------ EXERCISE MATERIAL ------

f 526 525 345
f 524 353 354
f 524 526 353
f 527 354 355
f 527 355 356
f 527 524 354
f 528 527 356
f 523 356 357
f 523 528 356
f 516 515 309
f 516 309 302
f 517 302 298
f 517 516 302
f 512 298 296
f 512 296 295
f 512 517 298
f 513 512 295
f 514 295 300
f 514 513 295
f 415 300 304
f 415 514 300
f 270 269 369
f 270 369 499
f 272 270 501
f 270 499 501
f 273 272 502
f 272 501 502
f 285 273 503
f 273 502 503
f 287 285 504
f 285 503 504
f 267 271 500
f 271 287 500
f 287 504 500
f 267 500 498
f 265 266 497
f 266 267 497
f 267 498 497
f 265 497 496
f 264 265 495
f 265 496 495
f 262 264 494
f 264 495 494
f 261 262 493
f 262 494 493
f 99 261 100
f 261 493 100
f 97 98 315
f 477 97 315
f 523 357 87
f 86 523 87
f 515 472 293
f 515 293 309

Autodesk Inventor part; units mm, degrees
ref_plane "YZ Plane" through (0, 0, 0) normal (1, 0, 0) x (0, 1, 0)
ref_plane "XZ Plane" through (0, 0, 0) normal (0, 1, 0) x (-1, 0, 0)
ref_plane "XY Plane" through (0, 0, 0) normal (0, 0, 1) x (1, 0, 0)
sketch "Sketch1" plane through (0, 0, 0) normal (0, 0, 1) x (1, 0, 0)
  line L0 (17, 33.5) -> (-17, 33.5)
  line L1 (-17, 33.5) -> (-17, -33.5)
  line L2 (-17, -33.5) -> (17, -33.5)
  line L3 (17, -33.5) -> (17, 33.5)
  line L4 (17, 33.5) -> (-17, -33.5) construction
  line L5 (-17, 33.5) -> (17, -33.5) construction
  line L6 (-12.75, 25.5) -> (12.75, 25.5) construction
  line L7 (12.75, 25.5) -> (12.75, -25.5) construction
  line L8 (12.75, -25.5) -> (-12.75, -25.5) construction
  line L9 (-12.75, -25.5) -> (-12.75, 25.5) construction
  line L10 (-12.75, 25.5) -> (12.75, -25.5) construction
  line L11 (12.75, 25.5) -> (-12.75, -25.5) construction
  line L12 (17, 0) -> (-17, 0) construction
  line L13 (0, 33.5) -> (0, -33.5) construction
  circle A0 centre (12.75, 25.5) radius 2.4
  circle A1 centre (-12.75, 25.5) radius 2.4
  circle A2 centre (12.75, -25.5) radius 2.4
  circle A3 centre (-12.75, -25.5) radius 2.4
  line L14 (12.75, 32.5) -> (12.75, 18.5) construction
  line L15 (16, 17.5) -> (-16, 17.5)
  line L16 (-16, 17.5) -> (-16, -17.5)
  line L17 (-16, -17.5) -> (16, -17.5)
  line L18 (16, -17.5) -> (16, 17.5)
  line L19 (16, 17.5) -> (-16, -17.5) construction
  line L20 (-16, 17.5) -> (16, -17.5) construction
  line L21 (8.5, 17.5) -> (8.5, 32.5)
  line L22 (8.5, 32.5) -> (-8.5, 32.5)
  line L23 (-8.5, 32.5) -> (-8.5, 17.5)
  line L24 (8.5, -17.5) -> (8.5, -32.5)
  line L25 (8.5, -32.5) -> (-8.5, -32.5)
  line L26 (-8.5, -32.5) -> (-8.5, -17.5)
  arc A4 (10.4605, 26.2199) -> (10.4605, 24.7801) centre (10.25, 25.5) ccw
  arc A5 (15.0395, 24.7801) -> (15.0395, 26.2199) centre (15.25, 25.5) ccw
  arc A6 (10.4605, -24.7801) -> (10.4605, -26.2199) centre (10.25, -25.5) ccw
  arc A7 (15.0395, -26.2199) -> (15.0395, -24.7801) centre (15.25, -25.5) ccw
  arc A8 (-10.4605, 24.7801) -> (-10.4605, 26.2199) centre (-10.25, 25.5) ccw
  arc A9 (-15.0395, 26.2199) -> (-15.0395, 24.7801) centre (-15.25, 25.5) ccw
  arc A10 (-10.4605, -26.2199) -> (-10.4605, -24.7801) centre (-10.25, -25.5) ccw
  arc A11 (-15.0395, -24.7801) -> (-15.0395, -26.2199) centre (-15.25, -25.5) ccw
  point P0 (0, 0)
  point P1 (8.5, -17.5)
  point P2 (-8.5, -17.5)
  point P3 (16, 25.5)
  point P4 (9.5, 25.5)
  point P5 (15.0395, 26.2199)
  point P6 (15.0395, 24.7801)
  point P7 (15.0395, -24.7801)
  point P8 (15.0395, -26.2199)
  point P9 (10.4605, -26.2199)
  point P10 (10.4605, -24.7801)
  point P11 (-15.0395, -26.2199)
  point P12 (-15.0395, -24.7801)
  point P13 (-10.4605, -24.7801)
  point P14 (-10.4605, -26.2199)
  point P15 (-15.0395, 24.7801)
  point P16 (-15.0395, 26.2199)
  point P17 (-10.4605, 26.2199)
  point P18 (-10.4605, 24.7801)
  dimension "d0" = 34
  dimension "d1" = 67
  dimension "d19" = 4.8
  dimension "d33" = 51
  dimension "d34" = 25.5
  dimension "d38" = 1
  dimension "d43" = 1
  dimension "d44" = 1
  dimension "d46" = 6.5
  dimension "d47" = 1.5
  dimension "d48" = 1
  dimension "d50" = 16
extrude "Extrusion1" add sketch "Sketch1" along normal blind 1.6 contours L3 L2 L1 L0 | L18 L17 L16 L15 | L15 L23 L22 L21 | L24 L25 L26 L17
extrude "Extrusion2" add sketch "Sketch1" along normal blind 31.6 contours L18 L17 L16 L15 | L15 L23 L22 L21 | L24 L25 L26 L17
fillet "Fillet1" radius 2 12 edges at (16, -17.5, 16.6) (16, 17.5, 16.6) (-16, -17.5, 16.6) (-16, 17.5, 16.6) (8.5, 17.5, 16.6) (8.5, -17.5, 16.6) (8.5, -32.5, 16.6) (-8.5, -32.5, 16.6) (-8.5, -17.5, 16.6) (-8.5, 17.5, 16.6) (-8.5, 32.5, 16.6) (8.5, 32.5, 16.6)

------
------ EXERCISE MATERIAL ------

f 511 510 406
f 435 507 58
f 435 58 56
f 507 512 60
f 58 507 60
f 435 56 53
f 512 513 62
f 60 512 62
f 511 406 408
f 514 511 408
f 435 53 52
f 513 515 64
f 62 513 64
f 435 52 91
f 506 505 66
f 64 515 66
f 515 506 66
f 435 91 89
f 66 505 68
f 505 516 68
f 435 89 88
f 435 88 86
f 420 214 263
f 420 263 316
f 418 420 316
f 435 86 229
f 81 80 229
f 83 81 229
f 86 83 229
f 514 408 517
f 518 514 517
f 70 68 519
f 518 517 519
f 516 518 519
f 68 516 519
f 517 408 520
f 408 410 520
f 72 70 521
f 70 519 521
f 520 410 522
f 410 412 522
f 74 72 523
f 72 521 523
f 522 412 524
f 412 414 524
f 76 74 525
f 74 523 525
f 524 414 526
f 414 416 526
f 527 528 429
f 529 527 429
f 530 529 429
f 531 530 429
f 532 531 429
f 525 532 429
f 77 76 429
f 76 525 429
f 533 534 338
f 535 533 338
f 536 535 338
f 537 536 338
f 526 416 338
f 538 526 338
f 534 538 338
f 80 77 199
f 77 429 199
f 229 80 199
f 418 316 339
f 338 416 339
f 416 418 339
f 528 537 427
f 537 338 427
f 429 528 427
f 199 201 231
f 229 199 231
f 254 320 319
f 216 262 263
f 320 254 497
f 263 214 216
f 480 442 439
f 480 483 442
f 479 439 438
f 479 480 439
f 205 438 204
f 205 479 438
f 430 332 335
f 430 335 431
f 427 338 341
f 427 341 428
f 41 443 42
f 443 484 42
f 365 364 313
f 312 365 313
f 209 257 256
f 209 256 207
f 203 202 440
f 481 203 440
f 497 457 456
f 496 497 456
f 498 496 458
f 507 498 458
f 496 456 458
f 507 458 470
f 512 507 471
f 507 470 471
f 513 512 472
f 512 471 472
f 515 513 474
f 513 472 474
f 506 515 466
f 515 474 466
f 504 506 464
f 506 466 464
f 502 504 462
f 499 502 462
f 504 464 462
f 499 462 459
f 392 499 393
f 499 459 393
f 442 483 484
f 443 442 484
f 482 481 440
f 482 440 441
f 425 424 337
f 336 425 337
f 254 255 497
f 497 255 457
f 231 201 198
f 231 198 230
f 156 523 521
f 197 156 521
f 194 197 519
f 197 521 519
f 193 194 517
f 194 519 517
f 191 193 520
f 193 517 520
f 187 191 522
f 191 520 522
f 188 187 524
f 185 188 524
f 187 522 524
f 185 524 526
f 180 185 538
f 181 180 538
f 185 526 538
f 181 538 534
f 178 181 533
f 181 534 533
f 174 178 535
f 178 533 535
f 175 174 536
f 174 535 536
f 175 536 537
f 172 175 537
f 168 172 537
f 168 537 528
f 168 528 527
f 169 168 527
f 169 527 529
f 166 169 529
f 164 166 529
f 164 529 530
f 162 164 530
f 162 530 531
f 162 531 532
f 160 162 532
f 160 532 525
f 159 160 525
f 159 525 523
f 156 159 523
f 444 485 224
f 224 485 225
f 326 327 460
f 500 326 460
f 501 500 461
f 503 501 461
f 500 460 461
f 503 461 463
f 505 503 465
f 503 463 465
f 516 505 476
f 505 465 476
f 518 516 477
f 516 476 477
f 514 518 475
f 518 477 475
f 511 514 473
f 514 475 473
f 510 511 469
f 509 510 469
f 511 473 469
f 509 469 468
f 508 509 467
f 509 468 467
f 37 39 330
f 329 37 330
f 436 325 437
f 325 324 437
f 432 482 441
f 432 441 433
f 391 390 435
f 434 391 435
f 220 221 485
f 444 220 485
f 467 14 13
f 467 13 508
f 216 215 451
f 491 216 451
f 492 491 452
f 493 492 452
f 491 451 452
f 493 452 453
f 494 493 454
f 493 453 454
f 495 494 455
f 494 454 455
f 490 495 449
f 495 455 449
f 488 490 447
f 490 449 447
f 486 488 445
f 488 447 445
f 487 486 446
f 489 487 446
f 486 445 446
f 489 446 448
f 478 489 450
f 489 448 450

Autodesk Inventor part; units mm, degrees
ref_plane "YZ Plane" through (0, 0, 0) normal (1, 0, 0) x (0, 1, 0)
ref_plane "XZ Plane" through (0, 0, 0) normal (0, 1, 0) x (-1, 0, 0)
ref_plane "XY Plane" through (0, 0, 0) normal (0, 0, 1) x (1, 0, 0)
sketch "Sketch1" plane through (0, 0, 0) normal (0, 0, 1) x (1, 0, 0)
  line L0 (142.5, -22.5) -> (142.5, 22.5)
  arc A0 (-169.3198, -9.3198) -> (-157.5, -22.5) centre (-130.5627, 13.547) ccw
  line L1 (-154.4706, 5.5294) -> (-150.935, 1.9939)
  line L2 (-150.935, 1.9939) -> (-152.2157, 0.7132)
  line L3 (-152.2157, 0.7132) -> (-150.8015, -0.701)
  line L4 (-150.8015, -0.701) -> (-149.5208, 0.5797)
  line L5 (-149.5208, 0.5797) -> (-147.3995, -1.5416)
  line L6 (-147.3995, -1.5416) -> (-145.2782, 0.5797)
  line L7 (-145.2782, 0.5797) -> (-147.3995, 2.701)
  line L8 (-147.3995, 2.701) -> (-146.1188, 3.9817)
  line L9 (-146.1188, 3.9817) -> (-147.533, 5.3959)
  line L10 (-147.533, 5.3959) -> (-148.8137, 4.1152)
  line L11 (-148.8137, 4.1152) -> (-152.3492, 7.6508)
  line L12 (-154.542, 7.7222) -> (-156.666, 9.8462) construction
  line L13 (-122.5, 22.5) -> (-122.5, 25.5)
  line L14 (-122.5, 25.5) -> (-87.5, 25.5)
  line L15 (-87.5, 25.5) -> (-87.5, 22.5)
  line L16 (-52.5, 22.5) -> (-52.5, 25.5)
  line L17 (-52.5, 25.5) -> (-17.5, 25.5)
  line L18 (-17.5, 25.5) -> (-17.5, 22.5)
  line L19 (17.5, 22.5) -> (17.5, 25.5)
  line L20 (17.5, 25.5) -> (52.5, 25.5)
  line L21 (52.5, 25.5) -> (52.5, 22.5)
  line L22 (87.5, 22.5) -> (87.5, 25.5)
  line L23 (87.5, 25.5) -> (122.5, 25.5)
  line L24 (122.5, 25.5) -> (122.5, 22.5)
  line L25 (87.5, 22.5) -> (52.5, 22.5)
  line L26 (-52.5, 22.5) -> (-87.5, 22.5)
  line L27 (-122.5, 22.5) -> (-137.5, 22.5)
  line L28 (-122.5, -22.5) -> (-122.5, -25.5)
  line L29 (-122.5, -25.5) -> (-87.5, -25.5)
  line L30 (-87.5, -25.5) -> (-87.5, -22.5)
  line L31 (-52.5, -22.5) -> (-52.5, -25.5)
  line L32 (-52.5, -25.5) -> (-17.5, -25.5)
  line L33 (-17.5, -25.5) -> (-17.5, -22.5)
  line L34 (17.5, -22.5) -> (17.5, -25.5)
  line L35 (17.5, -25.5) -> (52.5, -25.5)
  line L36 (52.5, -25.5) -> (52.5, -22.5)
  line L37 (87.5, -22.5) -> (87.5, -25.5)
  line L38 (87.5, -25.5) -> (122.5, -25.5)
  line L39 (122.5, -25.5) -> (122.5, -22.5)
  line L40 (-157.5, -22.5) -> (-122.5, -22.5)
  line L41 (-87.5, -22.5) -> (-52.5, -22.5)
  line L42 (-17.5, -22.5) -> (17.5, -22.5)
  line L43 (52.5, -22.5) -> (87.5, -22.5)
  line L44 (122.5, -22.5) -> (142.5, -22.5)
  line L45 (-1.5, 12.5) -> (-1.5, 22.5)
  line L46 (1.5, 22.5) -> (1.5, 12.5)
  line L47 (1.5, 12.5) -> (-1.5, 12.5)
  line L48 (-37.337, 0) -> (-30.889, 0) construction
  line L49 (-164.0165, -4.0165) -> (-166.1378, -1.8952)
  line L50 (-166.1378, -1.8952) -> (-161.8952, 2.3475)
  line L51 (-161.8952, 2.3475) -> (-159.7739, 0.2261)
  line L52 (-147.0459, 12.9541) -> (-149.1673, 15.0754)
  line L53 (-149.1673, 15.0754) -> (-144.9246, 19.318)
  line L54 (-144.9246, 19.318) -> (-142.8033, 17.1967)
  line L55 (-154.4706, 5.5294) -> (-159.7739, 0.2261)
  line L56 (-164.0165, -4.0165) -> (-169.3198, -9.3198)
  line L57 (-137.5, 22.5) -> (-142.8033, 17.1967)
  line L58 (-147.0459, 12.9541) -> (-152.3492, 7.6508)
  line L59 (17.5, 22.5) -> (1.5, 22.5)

------

TRY IT:
Each line of the material that has the word "sketch" belongs in the answer.

SOLUTION FOR THIS PROBLEM:
sketch "Sketch1" plane through (0, 0, 0) normal (0, 0, 1) x (1, 0, 0)
extrude "Extrusion1" add sketch "Sketch1" along normal blind 1.6 contours L3 L2 L1 L0 | L18 L17 L16 L15 | L15 L23 L22 L21 | L24 L25 L26 L17
extrude "Extrusion2" add sketch "Sketch1" along normal blind 31.6 contours L18 L17 L16 L15 | L15 L23 L22 L21 | L24 L25 L26 L17
sketch "Sketch1" plane through (0, 0, 0) normal (0, 0, 1) x (1, 0, 0)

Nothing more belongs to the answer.